[LISTED ENTRIES]

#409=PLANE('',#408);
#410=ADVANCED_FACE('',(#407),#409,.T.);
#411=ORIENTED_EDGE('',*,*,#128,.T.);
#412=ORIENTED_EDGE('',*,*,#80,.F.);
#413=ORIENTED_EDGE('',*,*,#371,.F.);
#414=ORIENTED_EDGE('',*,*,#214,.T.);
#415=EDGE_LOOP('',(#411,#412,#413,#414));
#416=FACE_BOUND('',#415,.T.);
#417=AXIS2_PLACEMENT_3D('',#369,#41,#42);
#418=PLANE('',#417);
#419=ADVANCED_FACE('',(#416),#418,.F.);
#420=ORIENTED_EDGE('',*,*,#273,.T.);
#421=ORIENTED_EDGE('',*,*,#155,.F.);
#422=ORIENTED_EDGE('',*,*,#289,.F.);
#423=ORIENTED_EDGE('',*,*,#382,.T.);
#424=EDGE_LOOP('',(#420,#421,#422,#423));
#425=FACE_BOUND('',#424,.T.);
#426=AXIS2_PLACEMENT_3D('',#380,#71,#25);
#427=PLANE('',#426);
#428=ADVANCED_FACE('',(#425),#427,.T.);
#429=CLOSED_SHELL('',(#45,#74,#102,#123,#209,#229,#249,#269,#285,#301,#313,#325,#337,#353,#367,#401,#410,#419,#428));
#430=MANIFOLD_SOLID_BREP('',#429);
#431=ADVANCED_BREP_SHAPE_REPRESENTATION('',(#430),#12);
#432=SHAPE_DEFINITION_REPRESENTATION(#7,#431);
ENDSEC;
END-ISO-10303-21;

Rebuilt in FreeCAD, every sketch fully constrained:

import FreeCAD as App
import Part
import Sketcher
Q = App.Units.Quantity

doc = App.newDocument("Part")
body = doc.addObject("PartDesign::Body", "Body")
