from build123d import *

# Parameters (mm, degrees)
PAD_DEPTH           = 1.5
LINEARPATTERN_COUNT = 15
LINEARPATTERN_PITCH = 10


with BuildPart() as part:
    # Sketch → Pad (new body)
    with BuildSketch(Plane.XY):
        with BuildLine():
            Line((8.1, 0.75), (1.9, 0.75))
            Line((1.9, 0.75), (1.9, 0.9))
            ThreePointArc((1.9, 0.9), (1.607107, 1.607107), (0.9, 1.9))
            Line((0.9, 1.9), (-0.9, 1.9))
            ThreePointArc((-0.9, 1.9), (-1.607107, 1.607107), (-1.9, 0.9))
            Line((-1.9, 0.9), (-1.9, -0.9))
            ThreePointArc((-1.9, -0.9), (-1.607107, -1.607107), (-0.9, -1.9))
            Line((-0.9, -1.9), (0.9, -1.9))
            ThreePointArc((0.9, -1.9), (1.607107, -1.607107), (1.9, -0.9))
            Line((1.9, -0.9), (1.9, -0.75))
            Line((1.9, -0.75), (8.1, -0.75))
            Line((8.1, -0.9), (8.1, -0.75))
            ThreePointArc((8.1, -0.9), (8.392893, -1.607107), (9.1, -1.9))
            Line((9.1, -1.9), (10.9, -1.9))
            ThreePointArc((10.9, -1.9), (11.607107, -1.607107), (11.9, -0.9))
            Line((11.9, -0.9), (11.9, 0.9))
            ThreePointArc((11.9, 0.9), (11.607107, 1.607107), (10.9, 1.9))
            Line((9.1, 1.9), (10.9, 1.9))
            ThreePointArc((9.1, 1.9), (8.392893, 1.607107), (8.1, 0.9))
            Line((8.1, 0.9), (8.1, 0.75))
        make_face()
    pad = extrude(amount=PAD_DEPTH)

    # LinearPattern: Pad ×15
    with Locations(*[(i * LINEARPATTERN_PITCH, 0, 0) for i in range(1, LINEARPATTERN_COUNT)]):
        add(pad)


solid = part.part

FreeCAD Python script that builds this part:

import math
import FreeCAD as App
import Part
import Sketcher
from FreeCAD import Vector

doc = App.newDocument("Part")
body = doc.addObject("PartDesign::Body", "Body")

# Sketch on XY plane
sketch1 = body.newObject("Sketcher::SketchObject", "Sketch")
sketch1.AttachmentSupport = (doc.getObject("XY_Plane"), [""])
sketch1.MapMode = "FlatFace"
sketch1.addGeometry([
    Part.LineSegment(Vector(8.1, 0.75, 0), Vector(1.9, 0.75, 0)),  # 0
    Part.LineSegment(Vector(1.9, 0.75, 0), Vector(1.9, 0.9, 0)),  # 1
    Part.ArcOfCircle(Part.Circle(Vector(0.9, 0.9, 0), Vector(0, 0, 1), 1), math.radians(0), math.radians(90)),  # 2
    Part.LineSegment(Vector(0.9, 1.9, 0), Vector(-0.9, 1.9, 0)),  # 3
    Part.ArcOfCircle(Part.Circle(Vector(-0.9, 0.9, 0), Vector(0, 0, 1), 1), math.radians(90), math.radians(180)),  # 4
    Part.LineSegment(Vector(-1.9, 0.9, 0), Vector(-1.9, -0.9, 0)),  # 5
    Part.ArcOfCircle(Part.Circle(Vector(-0.9, -0.9, 0), Vector(0, 0, 1), 1), math.radians(180), math.radians(270)),  # 6
    Part.LineSegment(Vector(-0.9, -1.9, 0), Vector(0.9, -1.9, 0)),  # 7
    Part.ArcOfCircle(Part.Circle(Vector(0.9, -0.9, 0), Vector(0, 0, 1), 1), math.radians(-90), math.radians(0)),  # 8
    Part.LineSegment(Vector(1.9, -0.9, 0), Vector(1.9, -0.75, 0)),  # 9
    Part.LineSegment(Vector(1.9, -0.75, 0), Vector(8.1, -0.75, 0)),  # 10
    Part.LineSegment(Vector(8.1, -0.75, 0), Vector(8.1, -0.9, 0)),  # 11
    Part.ArcOfCircle(Part.Circle(Vector(9.1, -0.9, 0), Vector(0, 0, 1), 1), math.radians(180), math.radians(270)),  # 12
    Part.LineSegment(Vector(9.1, -1.9, 0), Vector(10.9, -1.9, 0)),  # 13
    Part.ArcOfCircle(Part.Circle(Vector(10.9, -0.9, 0), Vector(0, 0, 1), 1), math.radians(-90), math.radians(0)),  # 14
    Part.LineSegment(Vector(11.9, -0.9, 0), Vector(11.9, 0.9, 0)),  # 15
    Part.ArcOfCircle(Part.Circle(Vector(10.9, 0.9, 0), Vector(0, 0, 1), 1), math.radians(0), math.radians(90)),  # 16
    Part.LineSegment(Vector(10.9, 1.9, 0), Vector(9.1, 1.9, 0)),  # 17
    Part.ArcOfCircle(Part.Circle(Vector(9.1, 0.9, 0), Vector(0, 0, 1), 1), math.radians(90), math.radians(180)),  # 18
    Part.LineSegment(Vector(8.1, 0.9, 0), Vector(8.1, 0.75, 0)),  # 19
], False)
sketch1.addConstraint([
    Sketcher.Constraint("Coincident", 0, 2, 1, 1),
    Sketcher.Constraint("Tangent", 1, 2, 2, 1),
    Sketcher.Constraint("Tangent", 2, 2, 3, 1),
    Sketcher.Constraint("Tangent", 3, 2, 4, 1),
    Sketcher.Constraint("Tangent", 4, 2, 5, 1),
    Sketcher.Constraint("Tangent", 5, 2, 6, 1),
    Sketcher.Constraint("Tangent", 6, 2, 7, 1),
    Sketcher.Constraint("Tangent", 7, 2, 8, 1),
    Sketcher.Constraint("Tangent", 8, 2, 9, 1),
    Sketcher.Constraint("Coincident", 9, 2, 10, 1),
    Sketcher.Constraint("Coincident", 10, 2, 11, 1),
    Sketcher.Constraint("Tangent", 11, 2, 12, 1),
    Sketcher.Constraint("Tangent", 12, 2, 13, 1),
    Sketcher.Constraint("Tangent", 13, 2, 14, 1),
    Sketcher.Constraint("Tangent", 14, 2, 15, 1),
    Sketcher.Constraint("Tangent", 15, 2, 16, 1),
    Sketcher.Constraint("Tangent", 16, 2, 17, 1),
    Sketcher.Constraint("Tangent", 17, 2, 18, 1),
    Sketcher.Constraint("Tangent", 18, 2, 19, 1),
    Sketcher.Constraint("Coincident", 19, 2, 0, 1),
    Sketcher.Constraint("Horizontal", 0),
    Sketcher.Constraint("Vertical", 1),
    Sketcher.Constraint("Horizontal", 3),
    Sketcher.Constraint("Vertical", 5),
    Sketcher.Constraint("Horizontal", 7),
    Sketcher.Constraint("Vertical", 9),
    Sketcher.Constraint("Horizontal", 10),
    Sketcher.Constraint("Vertical", 11),
    Sketcher.Constraint("Horizontal", 13),
    Sketcher.Constraint("Vertical", 15),
    Sketcher.Constraint("Horizontal", 17),
    Sketcher.Constraint("Vertical", 19),
    Sketcher.Constraint("Equal", 2, 4),
    Sketcher.Constraint("Equal", 4, 6),
    Sketcher.Constraint("Equal", 6, 8),
    Sketcher.Constraint("Equal", 8, 12),
    Sketcher.Constraint("Equal", 12, 14),
    Sketcher.Constraint("Equal", 14, 16),
    Sketcher.Constraint("Equal", 16, 18),
    Sketcher.Constraint("Symmetric", 2, 3, 6, 3, -1, 1),
    Sketcher.Constraint("Symmetric", 12, 3, 18, 3, -1),
    Sketcher.Constraint("Symmetric", 0, 2, 9, 2, -1),
    Sketcher.Constraint("Horizontal", 8, 3, 12, 3),
    Sketcher.Constraint("Equal", 7, 13),
    Sketcher.Constraint("Equal", 17, 5),
    Sketcher.Constraint("Radius", 2, 0.999999),
    Sketcher.Constraint("DistanceX", 0, 2, 0, 1, 6.2),
    Sketcher.Constraint("DistanceX", 3, 2, 3, 1, 1.8),
    Sketcher.Constraint("DistanceY", 1, 1, 1, 2, 0.15),
])
pad1 = body.newObject("PartDesign::Pad", "Pad")
pad1.Profile = sketch1
pad1.Length = 1.5
doc.recompute()

linearpattern = body.newObject("PartDesign::LinearPattern", "LinearPattern")
linearpattern.Originals = [pad1]
linearpattern.Direction = (doc.getObject("X_Axis"), [""])
linearpattern.Mode = "offset"
linearpattern.Offset = 10
linearpattern.Occurrences = 15
body.Tip = linearpattern

doc.recompute()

[/LISTED ENTRIES]

**WHAT THE TASK REQUIRES**: Take the records above and return, word for word, only the lines that fall from the line with "Line((8.1, 0.9), (8.1, 0.75))" to the line with "FreeCAD Python script", both of them included.

**TASK RESULT**:
            Line((8.1, 0.9), (8.1, 0.75))
        make_face()
    pad = extrude(amount=PAD_DEPTH)

    # LinearPattern: Pad ×15
    with Locations(*[(i * LINEARPATTERN_PITCH, 0, 0) for i in range(1, LINEARPATTERN_COUNT)]):
        add(pad)


solid = part.part

FreeCAD Python script that builds this part:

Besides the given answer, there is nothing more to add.